Using the patient’s own cells for the treatments bring some pluses. “There are two advantages and one potential benefit,” Aspen’s CEO said. “First, because the cells to be transplanted are from the same individual no immunosuppressive drugs are needed. This contrasts with allogeneic (from another person) stem cell transplantation. Second, if a second transplant is required many years later this will be possible, again because the cells are from the same individual and will not be rejected. The potential benefit arises because your own dopamine neurons are tuned to find their optimal synaptic partners which is likely not the case when the dopamine neurons come from a different person.”
Aspen’s lead product, ANPD001, is currently undergoing investigational new drug (IND)-enabling studies for the treatment of sporadic forms of Parkinson’s disease, the company said.

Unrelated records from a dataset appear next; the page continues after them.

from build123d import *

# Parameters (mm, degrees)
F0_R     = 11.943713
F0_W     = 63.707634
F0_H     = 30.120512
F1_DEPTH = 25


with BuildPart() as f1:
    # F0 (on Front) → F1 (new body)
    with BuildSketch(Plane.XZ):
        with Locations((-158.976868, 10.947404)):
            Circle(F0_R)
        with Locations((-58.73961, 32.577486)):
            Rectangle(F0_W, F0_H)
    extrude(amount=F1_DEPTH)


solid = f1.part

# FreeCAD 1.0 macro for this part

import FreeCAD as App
import Part
import Sketcher

V = App.Vector
Q = App.Units.Quantity

doc = App.newDocument("Part")
body = doc.addObject("PartDesign::Body", "Body")
body.AllowCompound = True

# Sketch on XZ plane
sketch1 = doc.addObject("Sketcher::SketchObject", "Sketch")
body.addObject(sketch1)
sketch1.AttachmentSupport = (doc.XZ_Plane, [""])
sketch1.MapMode = "FlatFace"
sketch1.addGeometry([
    Part.Circle(V(-159, 11, 0), V(0, 0, 1), 12),  # 0
    Part.LineSegment(V(-91, 48, 0), V(-91, 18, 0)),  # 1
    Part.LineSegment(V(-91, 18, 0), V(-27, 18, 0)),  # 2
    Part.LineSegment(V(-27, 18, 0), V(-27, 48, 0)),  # 3
    Part.LineSegment(V(-27, 48, 0), V(-91, 48, 0)),  # 4
], False)
sketch1.addConstraint([
    Sketcher.Constraint("Coincident", 1, 2, 2, 1),
    Sketcher.Constraint("Coincident", 2, 2, 3, 1),
    Sketcher.Constraint("Coincident", 3, 2, 4, 1),
    Sketcher.Constraint("Coincident", 4, 2, 1, 1),
    Sketcher.Constraint("Vertical", 1),
    Sketcher.Constraint("Horizontal", 2),
    Sketcher.Constraint("Vertical", 3),
    Sketcher.Constraint("Horizontal", 4),
    Sketcher.Constraint("Diameter", 0, Q("23.887426 mm")),
    Sketcher.Constraint("DistanceX", 2, 1, 2, 2, Q("63.707634 mm")),
    Sketcher.Constraint("DistanceY", 1, 2, 1, 1, Q("30.120512 mm")),
    Sketcher.Constraint("DistanceX", 0, 3, -1, 1, Q("158.976868 mm")),
    Sketcher.Constraint("DistanceY", -1, 1, 1, 2, Q("17.51723 mm")),
    Sketcher.Constraint("DistanceX", 0, 3, 1, 2, Q("68.383441 mm")),
    Sketcher.Constraint("DistanceY", 0, 3, 3, 2, Q("36.690338 mm")),
])
pad1 = doc.addObject("PartDesign::Pad", "Pad")
body.addObject(pad1)
pad1.Profile = sketch1
pad1.Length = 25

doc.recompute()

Aspen’s second product, ANPD002, combines gene correction and autologous neuron therapy for the treatment of genetic forms of Parkinson’s disease.

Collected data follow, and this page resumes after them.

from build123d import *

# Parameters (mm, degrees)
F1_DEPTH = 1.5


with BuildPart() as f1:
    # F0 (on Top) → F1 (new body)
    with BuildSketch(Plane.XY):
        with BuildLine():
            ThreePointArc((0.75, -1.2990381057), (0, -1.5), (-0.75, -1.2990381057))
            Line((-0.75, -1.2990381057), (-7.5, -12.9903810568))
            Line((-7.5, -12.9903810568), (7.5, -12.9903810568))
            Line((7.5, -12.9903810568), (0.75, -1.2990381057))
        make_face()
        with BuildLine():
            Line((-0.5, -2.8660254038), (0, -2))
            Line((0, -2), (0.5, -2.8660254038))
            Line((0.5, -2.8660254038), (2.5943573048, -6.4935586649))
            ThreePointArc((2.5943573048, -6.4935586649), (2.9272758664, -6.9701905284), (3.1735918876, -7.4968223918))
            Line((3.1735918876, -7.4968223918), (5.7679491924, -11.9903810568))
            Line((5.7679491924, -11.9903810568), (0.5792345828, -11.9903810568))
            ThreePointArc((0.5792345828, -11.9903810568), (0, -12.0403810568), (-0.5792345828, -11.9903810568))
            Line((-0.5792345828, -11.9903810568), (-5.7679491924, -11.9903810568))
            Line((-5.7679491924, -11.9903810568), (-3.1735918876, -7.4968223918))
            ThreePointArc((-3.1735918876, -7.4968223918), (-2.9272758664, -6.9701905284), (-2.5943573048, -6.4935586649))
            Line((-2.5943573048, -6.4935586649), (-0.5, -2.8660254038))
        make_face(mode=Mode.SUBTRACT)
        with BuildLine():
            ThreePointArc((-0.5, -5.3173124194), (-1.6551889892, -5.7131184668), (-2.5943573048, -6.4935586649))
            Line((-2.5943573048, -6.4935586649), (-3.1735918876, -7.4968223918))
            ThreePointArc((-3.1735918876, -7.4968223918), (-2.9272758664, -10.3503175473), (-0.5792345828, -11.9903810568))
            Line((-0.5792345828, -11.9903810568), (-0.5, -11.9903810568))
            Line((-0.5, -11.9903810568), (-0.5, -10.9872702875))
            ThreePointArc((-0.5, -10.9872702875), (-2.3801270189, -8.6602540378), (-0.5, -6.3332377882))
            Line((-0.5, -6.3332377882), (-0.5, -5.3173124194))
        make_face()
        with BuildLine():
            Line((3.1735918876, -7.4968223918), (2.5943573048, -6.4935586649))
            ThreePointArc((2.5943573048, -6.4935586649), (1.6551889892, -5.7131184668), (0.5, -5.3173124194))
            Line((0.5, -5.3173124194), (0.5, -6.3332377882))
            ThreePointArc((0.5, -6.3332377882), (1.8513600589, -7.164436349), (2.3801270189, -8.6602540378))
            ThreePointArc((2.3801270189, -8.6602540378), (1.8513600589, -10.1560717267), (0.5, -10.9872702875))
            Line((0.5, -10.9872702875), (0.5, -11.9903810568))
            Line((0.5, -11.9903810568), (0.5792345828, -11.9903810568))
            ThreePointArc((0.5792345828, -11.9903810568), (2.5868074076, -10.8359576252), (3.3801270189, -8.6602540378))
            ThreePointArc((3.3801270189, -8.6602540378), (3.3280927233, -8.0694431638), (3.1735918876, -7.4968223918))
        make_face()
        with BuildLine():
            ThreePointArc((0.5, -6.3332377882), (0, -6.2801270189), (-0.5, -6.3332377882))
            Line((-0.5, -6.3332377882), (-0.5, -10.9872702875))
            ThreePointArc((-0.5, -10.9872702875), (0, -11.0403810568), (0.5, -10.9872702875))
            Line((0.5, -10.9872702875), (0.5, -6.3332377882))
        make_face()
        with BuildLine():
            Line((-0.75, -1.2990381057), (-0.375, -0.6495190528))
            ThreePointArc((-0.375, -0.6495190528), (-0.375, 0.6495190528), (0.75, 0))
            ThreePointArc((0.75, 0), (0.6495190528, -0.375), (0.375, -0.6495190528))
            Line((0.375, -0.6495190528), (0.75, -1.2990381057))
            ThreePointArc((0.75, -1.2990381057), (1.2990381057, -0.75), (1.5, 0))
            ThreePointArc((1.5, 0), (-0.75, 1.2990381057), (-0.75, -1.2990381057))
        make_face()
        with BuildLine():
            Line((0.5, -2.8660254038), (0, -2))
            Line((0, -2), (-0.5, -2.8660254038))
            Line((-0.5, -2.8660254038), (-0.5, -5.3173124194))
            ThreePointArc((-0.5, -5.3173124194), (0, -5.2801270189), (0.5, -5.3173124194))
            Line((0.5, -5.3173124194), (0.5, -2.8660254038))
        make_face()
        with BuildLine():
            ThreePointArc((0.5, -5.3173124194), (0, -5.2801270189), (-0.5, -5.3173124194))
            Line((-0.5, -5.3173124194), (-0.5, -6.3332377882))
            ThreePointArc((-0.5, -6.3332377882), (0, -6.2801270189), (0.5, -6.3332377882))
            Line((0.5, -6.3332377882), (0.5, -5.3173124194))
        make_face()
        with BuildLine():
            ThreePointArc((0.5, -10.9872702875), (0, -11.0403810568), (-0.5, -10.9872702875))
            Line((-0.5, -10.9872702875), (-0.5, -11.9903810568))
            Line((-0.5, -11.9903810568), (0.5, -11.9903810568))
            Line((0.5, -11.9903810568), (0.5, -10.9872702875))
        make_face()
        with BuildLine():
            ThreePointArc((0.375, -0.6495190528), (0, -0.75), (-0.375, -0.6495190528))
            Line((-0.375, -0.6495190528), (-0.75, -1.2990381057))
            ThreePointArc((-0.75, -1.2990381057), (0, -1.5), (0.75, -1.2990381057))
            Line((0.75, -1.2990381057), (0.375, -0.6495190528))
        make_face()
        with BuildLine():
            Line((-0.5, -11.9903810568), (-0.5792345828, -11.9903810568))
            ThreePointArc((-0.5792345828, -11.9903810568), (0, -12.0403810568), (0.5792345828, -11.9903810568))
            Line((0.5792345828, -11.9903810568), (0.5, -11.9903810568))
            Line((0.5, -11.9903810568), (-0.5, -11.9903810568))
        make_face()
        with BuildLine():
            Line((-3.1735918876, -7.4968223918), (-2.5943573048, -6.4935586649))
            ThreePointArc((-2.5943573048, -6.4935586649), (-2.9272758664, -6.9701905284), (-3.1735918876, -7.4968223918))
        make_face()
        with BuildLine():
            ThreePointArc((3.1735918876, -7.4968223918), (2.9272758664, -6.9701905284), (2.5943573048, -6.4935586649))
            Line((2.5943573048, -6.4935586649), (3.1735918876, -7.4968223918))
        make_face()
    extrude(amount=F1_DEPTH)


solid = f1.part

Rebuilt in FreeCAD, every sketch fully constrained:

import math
import FreeCAD as App
import Part
import Sketcher

V = App.Vector
Q = App.Units.Quantity

doc = App.newDocument("Part")
body = doc.addObject("PartDesign::Body", "Body")

# Sketch on XY plane
sketch1 = body.newObject("Sketcher::SketchObject", "Sketch")
sketch1.AttachmentSupport = (doc.getObject("XY_Plane"), [""])
sketch1.MapMode = "FlatFace"
sketch1.addGeometry(Part.LineSegment(V(7.5, -12.990381, 0), V(0.75, -1.299038, 0)), False)
sketch1.addGeometry(Part.ArcOfCircle(Part.Circle(V(0, 0, 0), V(0, 0, 1), 1.5), math.radians(-60), math.radians(0)), False)
sketch1.addGeometry(Part.ArcOfCircle(Part.Circle(V(0, 0, 0), V(0, 0, 1), 1.5), math.radians(0), math.radians(240)), False)
sketch1.addGeometry(Part.LineSegment(V(-0.75, -1.299038, 0), V(-7.5, -12.990381, 0)), False)
sketch1.addGeometry(Part.LineSegment(V(-7.5, -12.990381, 0), V(7.5, -12.990381, 0)), False)
sketch1.addGeometry(Part.LineSegment(V(-5.767949, -11.990381, 0), V(-3.173592, -7.496822, 0)), False)
sketch1.addGeometry(Part.ArcOfCircle(Part.Circle(V(0, -8.660254, 0), V(0, 0, 1), 3.380127), math.radians(159.867177), math.radians(260.132823)), False)
sketch1.addGeometry(Part.LineSegment(V(-0.579235, -11.990381, 0), V(-5.767949, -11.990381, 0)), False)
sketch1.addGeometry(Part.LineSegment(V(-0.5, -6.333238, 0), V(-0.5, -10.98727, 0)), False)
sketch1.addGeometry(Part.ArcOfCircle(Part.Circle(V(0, -8.660254, 0), V(0, 0, 1), 2.380127), math.radians(102.12662), math.radians(257.87338)), False)
sketch1.addGeometry(Part.ArcOfCircle(Part.Circle(V(0, -8.660254, 0), V(0, 0, 1), 3.380127), math.radians(0), math.radians(20.132823)), False)
sketch1.addGeometry(Part.LineSegment(V(3.173592, -7.496822, 0), V(5.767949, -11.990381, 0)), False)
sketch1.addGeometry(Part.LineSegment(V(5.767949, -11.990381, 0), V(0.579235, -11.990381, 0)), False)
sketch1.addGeometry(Part.ArcOfCircle(Part.Circle(V(0, -8.660254, 0), V(0, 0, 1), 3.380127), math.radians(-80.132823), math.radians(0)), False)
sketch1.addGeometry(Part.ArcOfCircle(Part.Circle(V(0, -8.660254, 0), V(0, 0, 1), 2.380127), math.radians(-77.87338), math.radians(0)), False)
sketch1.addGeometry(Part.LineSegment(V(0.5, -10.98727, 0), V(0.5, -6.333238, 0)), False)
sketch1.addGeometry(Part.ArcOfCircle(Part.Circle(V(0, -8.660254, 0), V(0, 0, 1), 2.380127), math.radians(0), math.radians(77.87338)), False)
sketch1.addGeometry(Part.ArcOfCircle(Part.Circle(V(0, -8.660254, 0), V(0, 0, 1), 3.380127), math.radians(98.506606), math.radians(140.132823)), False)
sketch1.addGeometry(Part.LineSegment(V(-2.594357, -6.493559, 0), V(-0.5, -2.866025, 0)), False)
sketch1.addGeometry(Part.LineSegment(V(-0.5, -2.866025, 0), V(-0.5, -5.317312, 0)), False)
sketch1.addGeometry(Part.LineSegment(V(0.5, -2.866025, 0), V(2.594357, -6.493559, 0)), False)
sketch1.addGeometry(Part.ArcOfCircle(Part.Circle(V(0, -8.660254, 0), V(0, 0, 1), 3.380127), math.radians(39.867177), math.radians(81.493394)), False)
sketch1.addGeometry(Part.LineSegment(V(0.5, -5.317312, 0), V(0.5, -2.866025, 0)), False)
sketch1.addGeometry(Part.ArcOfCircle(Part.Circle(V(0, 0, 0), V(0, 0, 1), 0.75), math.radians(-120), math.radians(-60)), False)
sketch1.addGeometry(Part.ArcOfCircle(Part.Circle(V(0, 0, 0), V(0, 0, 1), 0.75), math.radians(0), math.radians(240)), False)
sketch1.addGeometry(Part.ArcOfCircle(Part.Circle(V(0, 0, 0), V(0, 0, 1), 0.75), math.radians(-60), math.radians(0)), False)
sketch1.addConstraint(Sketcher.Constraint("Coincident", 0, 2, 1, 1))
sketch1.addConstraint(Sketcher.Constraint("Tangent", 1, 2, 2, 1))
sketch1.addConstraint(Sketcher.Constraint("Coincident", 2, 2, 3, 1))
sketch1.addConstraint(Sketcher.Constraint("Coincident", 3, 2, 4, 1))
sketch1.addConstraint(Sketcher.Constraint("Coincident", 4, 2, 0, 1))
sketch1.addConstraint(Sketcher.Constraint("Coincident", 5, 2, 6, 1))
sketch1.addConstraint(Sketcher.Constraint("Coincident", 6, 2, 7, 1))
sketch1.addConstraint(Sketcher.Constraint("Coincident", 7, 2, 5, 1))
sketch1.addConstraint(Sketcher.Constraint("Coincident", 8, 1, 9, 1))
sketch1.addConstraint(Sketcher.Constraint("Coincident", 9, 2, 8, 2))
sketch1.addConstraint(Sketcher.Constraint("Coincident", 10, 2, 11, 1))
sketch1.addConstraint(Sketcher.Constraint("Coincident", 11, 2, 12, 1))
sketch1.addConstraint(Sketcher.Constraint("Coincident", 12, 2, 13, 1))
sketch1.addConstraint(Sketcher.Constraint("Tangent", 13, 2, 10, 1))
sketch1.addConstraint(Sketcher.Constraint("Coincident", 14, 1, 15, 1))
sketch1.addConstraint(Sketcher.Constraint("Coincident", 15, 2, 16, 2))
sketch1.addConstraint(Sketcher.Constraint("Tangent", 16, 1, 14, 2))
sketch1.addConstraint(Sketcher.Constraint("Coincident", 17, 2, 18, 1))
sketch1.addConstraint(Sketcher.Constraint("Coincident", 18, 2, 19, 1))
sketch1.addConstraint(Sketcher.Constraint("Coincident", 19, 2, 17, 1))
sketch1.addConstraint(Sketcher.Constraint("Coincident", 20, 2, 21, 1))
sketch1.addConstraint(Sketcher.Constraint("Coincident", 21, 2, 22, 1))
sketch1.addConstraint(Sketcher.Constraint("Coincident", 22, 2, 20, 1))
sketch1.addConstraint(Sketcher.Constraint("Tangent", 23, 1, 24, 2))
sketch1.addConstraint(Sketcher.Constraint("Tangent", 24, 1, 25, 2))
sketch1.addConstraint(Sketcher.Constraint("Tangent", 25, 1, 23, 2))
sketch1.addConstraint(Sketcher.Constraint("Horizontal", 4))
sketch1.addConstraint(Sketcher.Constraint("Horizontal", 7))
sketch1.addConstraint(Sketcher.Constraint("Vertical", 8))
sketch1.addConstraint(Sketcher.Constraint("Horizontal", 12))
sketch1.addConstraint(Sketcher.Constraint("Vertical", 15))
sketch1.addConstraint(Sketcher.Constraint("Vertical", 19))
sketch1.addConstraint(Sketcher.Constraint("Vertical", 22))
sketch1.addConstraint(Sketcher.Constraint("Coincident", 1, 3, -1, 1))
sketch1.addConstraint(Sketcher.Constraint("Coincident", 23, 3, -1, 1))
sketch1.addConstraint(Sketcher.Constraint("Coincident", 9, 3, 6, 3))
sketch1.addConstraint(Sketcher.Constraint("Coincident", 10, 3, 6, 3))
sketch1.addConstraint(Sketcher.Constraint("Coincident", 14, 3, 6, 3))
sketch1.addConstraint(Sketcher.Constraint("Coincident", 17, 3, 6, 3))
sketch1.addConstraint(Sketcher.Constraint("Coincident", 21, 3, 6, 3))
sketch1.addConstraint(Sketcher.Constraint("Equal", 1, 2))
sketch1.addConstraint(Sketcher.Constraint("Equal", 6, 10))
sketch1.addConstraint(Sketcher.Constraint("Equal", 10, 13))
sketch1.addConstraint(Sketcher.Constraint("Equal", 9, 14))
sketch1.addConstraint(Sketcher.Constraint("Equal", 14, 16))
sketch1.addConstraint(Sketcher.Constraint("Equal", 13, 17))
sketch1.addConstraint(Sketcher.Constraint("Equal", 17, 21))
sketch1.addConstraint(Sketcher.Constraint("Symmetric", 5, 2, 10, 2, -2))
sketch1.addConstraint(Sketcher.Constraint("Symmetric", 7, 2, 11, 2, -2))
sketch1.addConstraint(Sketcher.Constraint("Symmetric", 18, 2, 22, 2, -2))
sketch1.addConstraint(Sketcher.Constraint("PointOnObject", 1, 2, -1))
sketch1.addConstraint(Sketcher.Constraint("PointOnObject", 24, 1, -1))
sketch1.addConstraint(Sketcher.Constraint("Parallel", 3, 5))
sketch1.addConstraint(Sketcher.Constraint("Parallel", 0, 11))
sketch1.addConstraint(Sketcher.Constraint("Parallel", 5, 18))
sketch1.addConstraint(Sketcher.Constraint("Parallel", 11, 20))
sketch1.addConstraint(Sketcher.Constraint("Horizontal", 0, 2, 2, 2))
sketch1.addConstraint(Sketcher.Constraint("Horizontal", 21, 3, 13, 2))
sketch1.addConstraint(Sketcher.Constraint("Horizontal", 9, 2, 14, 1))
sketch1.addConstraint(Sketcher.Constraint("Horizontal", 13, 2, 16, 1))
sketch1.addConstraint(Sketcher.Constraint("Horizontal", 23, 1, 25, 1))
sketch1.addConstraint(Sketcher.Constraint("Vertical", 9, 2, 18, 2))
sketch1.addConstraint(Sketcher.Constraint("Vertical", 0, 2, 24, 1))
sketch1.addConstraint(Sketcher.Constraint("Radius", 1, 1.5))
sketch1.addConstraint(Sketcher.Constraint("DistanceX", 4, 1, 4, 2, 15.0))
sketch1.addConstraint(Sketcher.Constraint("Angle", 0, Q("120 deg")))
sketch1.addConstraint(Sketcher.Constraint("Radius", 23, 0.75))
sketch1.addConstraint(Sketcher.Constraint("DistanceY", 3, 2, 7, 2, 1.0))
sketch1.addConstraint(Sketcher.Constraint("DistanceX", 9, 2, 14, 1, 1.0))
sketch1.addConstraint(Sketcher.Constraint("DistanceX", 16, 1, 13, 2, 1.0))
sketch1.addConstraint(Sketcher.Constraint("DistanceX", 23, 1, 25, 1, 0.75))
sketch1.addConstraint(Sketcher.Constraint("Radius", 6, 3.380127))
sketch1.addConstraint(Sketcher.Constraint("DistanceX", 7, 2, 7, 1, 5.188715))
sketch1.addConstraint(Sketcher.Constraint("DistanceY", 19, 2, 19, 1, 2.451287))
sketch1.addConstraint(Sketcher.Constraint("DistanceX", 5, 2, -1, 1, 3.173592))
pad1 = body.newObject("PartDesign::Pad", "Pad")
pad1.Profile = sketch1
pad1.Length = 1.5

doc.recompute()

Aspen leverages proprietary AI-based genomics tools for comprehensive quality control which allow for a reduction in the time and cost of the manufacturing process required to produce a safe, reproducible, and personalized cell therapy, according to the company.
“The Series A funding will support the completion of all remaining IND-enabling studies and FDA submission of the IND relating to Aspen’s lead product (ANPD001), as well as the recruitment and screening of a trial-ready cohort of persons with Parkinson’s disease and the manufacture of their cells for the lead product,” the company said. “Additionally, the capital will allow the company to obtain meaningful data from the Phase 1 clinical study to show evidence of biological effect of the therapy and lay the foundation for the Phase 2 multicenter randomized controlled study.”

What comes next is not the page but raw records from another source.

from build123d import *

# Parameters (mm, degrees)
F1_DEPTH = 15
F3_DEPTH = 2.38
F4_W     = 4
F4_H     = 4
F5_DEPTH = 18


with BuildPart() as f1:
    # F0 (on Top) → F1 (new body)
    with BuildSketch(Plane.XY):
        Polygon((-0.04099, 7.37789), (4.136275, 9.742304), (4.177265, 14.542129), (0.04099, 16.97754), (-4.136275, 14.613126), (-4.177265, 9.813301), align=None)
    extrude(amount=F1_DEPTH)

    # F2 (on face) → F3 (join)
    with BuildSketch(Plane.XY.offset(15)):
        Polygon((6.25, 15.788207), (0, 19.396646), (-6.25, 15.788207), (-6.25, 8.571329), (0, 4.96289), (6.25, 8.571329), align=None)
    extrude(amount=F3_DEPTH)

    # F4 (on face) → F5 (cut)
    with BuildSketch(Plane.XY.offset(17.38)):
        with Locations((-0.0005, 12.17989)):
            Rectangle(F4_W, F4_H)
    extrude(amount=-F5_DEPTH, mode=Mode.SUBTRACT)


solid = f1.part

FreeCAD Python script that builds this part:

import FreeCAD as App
import Part
import Sketcher

V = App.Vector
Q = App.Units.Quantity


def add_polygon(sketch, points):
    """Adds a closed chain of lines whose ends are joined by coincident constraints."""
    first, n = sketch.GeometryCount, len(points)
    for a, b in zip(points, points[1:] + points[:1]):
        sketch.addGeometry(Part.LineSegment(App.Vector(*a, 0), App.Vector(*b, 0)), False)
    for i in range(n):
        sketch.addConstraint(Sketcher.Constraint("Coincident", first + i, 2, first + (i + 1) % n, 1))

doc = App.newDocument("Part")
body = doc.addObject("PartDesign::Body", "Body")

# Sketch on XY plane
sketch1 = body.newObject("Sketcher::SketchObject", "Sketch")
sketch1.AttachmentSupport = (doc.getObject("XY_Plane"), [""])
sketch1.MapMode = "FlatFace"
add_polygon(sketch1, [(0, 7.4), (4.1, 9.7), (4.2, 14.5), (0, 17), (-4.1, 14.6), (-4.2, 9.8)])  # lines 0-5
sketch1.addConstraint(Sketcher.Constraint("Parallel", 0, 3))
sketch1.addConstraint(Sketcher.Constraint("Parallel", 1, 4))
sketch1.addConstraint(Sketcher.Constraint("Parallel", 2, 5))
sketch1.addConstraint(Sketcher.Constraint("Equal", 0, 1))
sketch1.addConstraint(Sketcher.Constraint("Equal", 1, 2))
sketch1.addConstraint(Sketcher.Constraint("Equal", 2, 3))
sketch1.addConstraint(Sketcher.Constraint("Distance", 0, Q("4.8 mm")))
sketch1.addConstraint(Sketcher.Constraint("DistanceY", -1, 1, 4, 2, Q("9.813301 mm")))
sketch1.addConstraint(Sketcher.Constraint("DistanceY", -1, 1, 1, 2, Q("14.542129 mm")))
sketch1.addConstraint(Sketcher.Constraint("DistanceX", -1, 1, 2, 2, Q("0.04099 mm")))
sketch1.addConstraint(Sketcher.Constraint("DistanceY", -1, 1, 2, 2, Q("16.97754 mm")))
sketch1.addConstraint(Sketcher.Constraint("DistanceX", 5, 2, -1, 1, Q("0.04099 mm")))
pad1 = body.newObject("PartDesign::Pad", "Pad")
pad1.Profile = sketch1
pad1.Length = 15

# Sketch on XY plane
sketch2 = body.newObject("Sketcher::SketchObject", "Sketch001")
sketch2.AttachmentSupport = (doc.getObject("XY_Plane"), [""])
sketch2.MapMode = "FlatFace"
sketch2.AttachmentOffset = App.Placement(V(0, 0, 15), App.Rotation())
add_polygon(sketch2, [(6, 16), (0, 19), (-6, 16), (-6, 9), (0, 5), (6, 9)])  # lines 0-5
sketch2.addConstraint(Sketcher.Constraint("Vertical", 2))
sketch2.addConstraint(Sketcher.Constraint("Vertical", 5))
sketch2.addConstraint(Sketcher.Constraint("Symmetric", 2, 2, 4, 2, -2))
sketch2.addConstraint(Sketcher.Constraint("PointOnObject", 0, 2, -2))
sketch2.addConstraint(Sketcher.Constraint("PointOnObject", 3, 2, -2))
sketch2.addConstraint(Sketcher.Constraint("Parallel", 0, 3))
sketch2.addConstraint(Sketcher.Constraint("Parallel", 1, 4))
sketch2.addConstraint(Sketcher.Constraint("Angle", 0, Q("150.000001 deg")))
sketch2.addConstraint(Sketcher.Constraint("DistanceX", 2, 2, 4, 2, Q("12.5 mm")))
sketch2.addConstraint(Sketcher.Constraint("DistanceY", 2, 2, 2, 1, Q("7.216878 mm")))
sketch2.addConstraint(Sketcher.Constraint("DistanceY", -1, 1, 2, 2, Q("8.571329 mm")))
pad2 = body.newObject("PartDesign::Pad", "Pad001")
pad2.Profile = sketch2
pad2.Length = 2.38

# Sketch on XY plane
sketch3 = body.newObject("Sketcher::SketchObject", "Sketch002")
sketch3.AttachmentSupport = (doc.getObject("XY_Plane"), [""])
sketch3.MapMode = "FlatFace"
sketch3.AttachmentOffset = App.Placement(V(0, 0, 17.38), App.Rotation())
add_polygon(sketch3, [(-2, 14.2), (-2, 10.2), (2, 10.2), (2, 14.2)])  # lines 0-3
sketch3.addConstraint(Sketcher.Constraint("Vertical", 0))
sketch3.addConstraint(Sketcher.Constraint("Horizontal", 1))
sketch3.addConstraint(Sketcher.Constraint("Vertical", 2))
sketch3.addConstraint(Sketcher.Constraint("Horizontal", 3))
sketch3.addConstraint(Sketcher.Constraint("Equal", 3, 0))
sketch3.addConstraint(Sketcher.Constraint("DistanceX", 1, 1, 1, 2, Q("4 mm")))
sketch3.addConstraint(Sketcher.Constraint("DistanceX", 0, 2, -1, 1, Q("2.0005 mm")))
sketch3.addConstraint(Sketcher.Constraint("DistanceY", -1, 1, 0, 2, Q("10.17989 mm")))
pocket1 = body.newObject("PartDesign::Pocket", "Pocket")
pocket1.Profile = sketch3
pocket1.Length = 18

doc.recompute()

Federoff sees possible promise in the restorative powers from the treatments.
“We anticipate that when we replace dopamine neurons that have been lost prior to transplantation that the cellular replacement holds promise for setting the clock back on the disease as it relates to the common and disabling motor features of the disease,” Federoff said.
What might a patient expect if this treatment works perfectly?
“The anticipation is improved motor function, better quality of life, and possibly the reduction of medicines,” Federoff said.
When asked for timelines for the drug, the CEO emphasized the current uncertainties.
“We are in the midst of an unprecedented pandemic that is straining the health care and business infrastructure globally,” Federoff said. “Despite extensive planning, milestones and other projections Aspen Neuroscience cannot control the environment of our contractors. At this time, we have developed many contingencies but the COVID-19 impact is still not fully understood. Accordingly, we must allow for time to recalibrate to refine timelines.”
Top-Notch Board Talent
Aspen added several seasoned industry executives to the board of directors including the new chairman, Faheem Hasnain, who is founder and chairman of Gossamer Bio. Other additions include Tom Daniel, chairman of Locana, an RNA targeting gene therapy company and venture partner at ARCH Ventures, and Peter Thompson, co-founder and chairman of Silverback Therapeutics and partner at OrbiMed. These members join existing directors which include Aspen CEO Howard Federoff, David Barker, former CSO of Illumina, and Stephen Squinto, co-founder of Alexion Pharmaceuticals, co-founder and former CEO of Passage Bio and executive partner at OrbiMed.
Federoff praised Aspen’s new chairman. “Faheem is a well recognized and exceptional leader in the biotechnology industry,” Federoff said. “His vast experience as an operator, board member, co-founder and chairperson will have enormous benefit to Aspen Neuroscience as he assumes the role as chair of the board of directors.”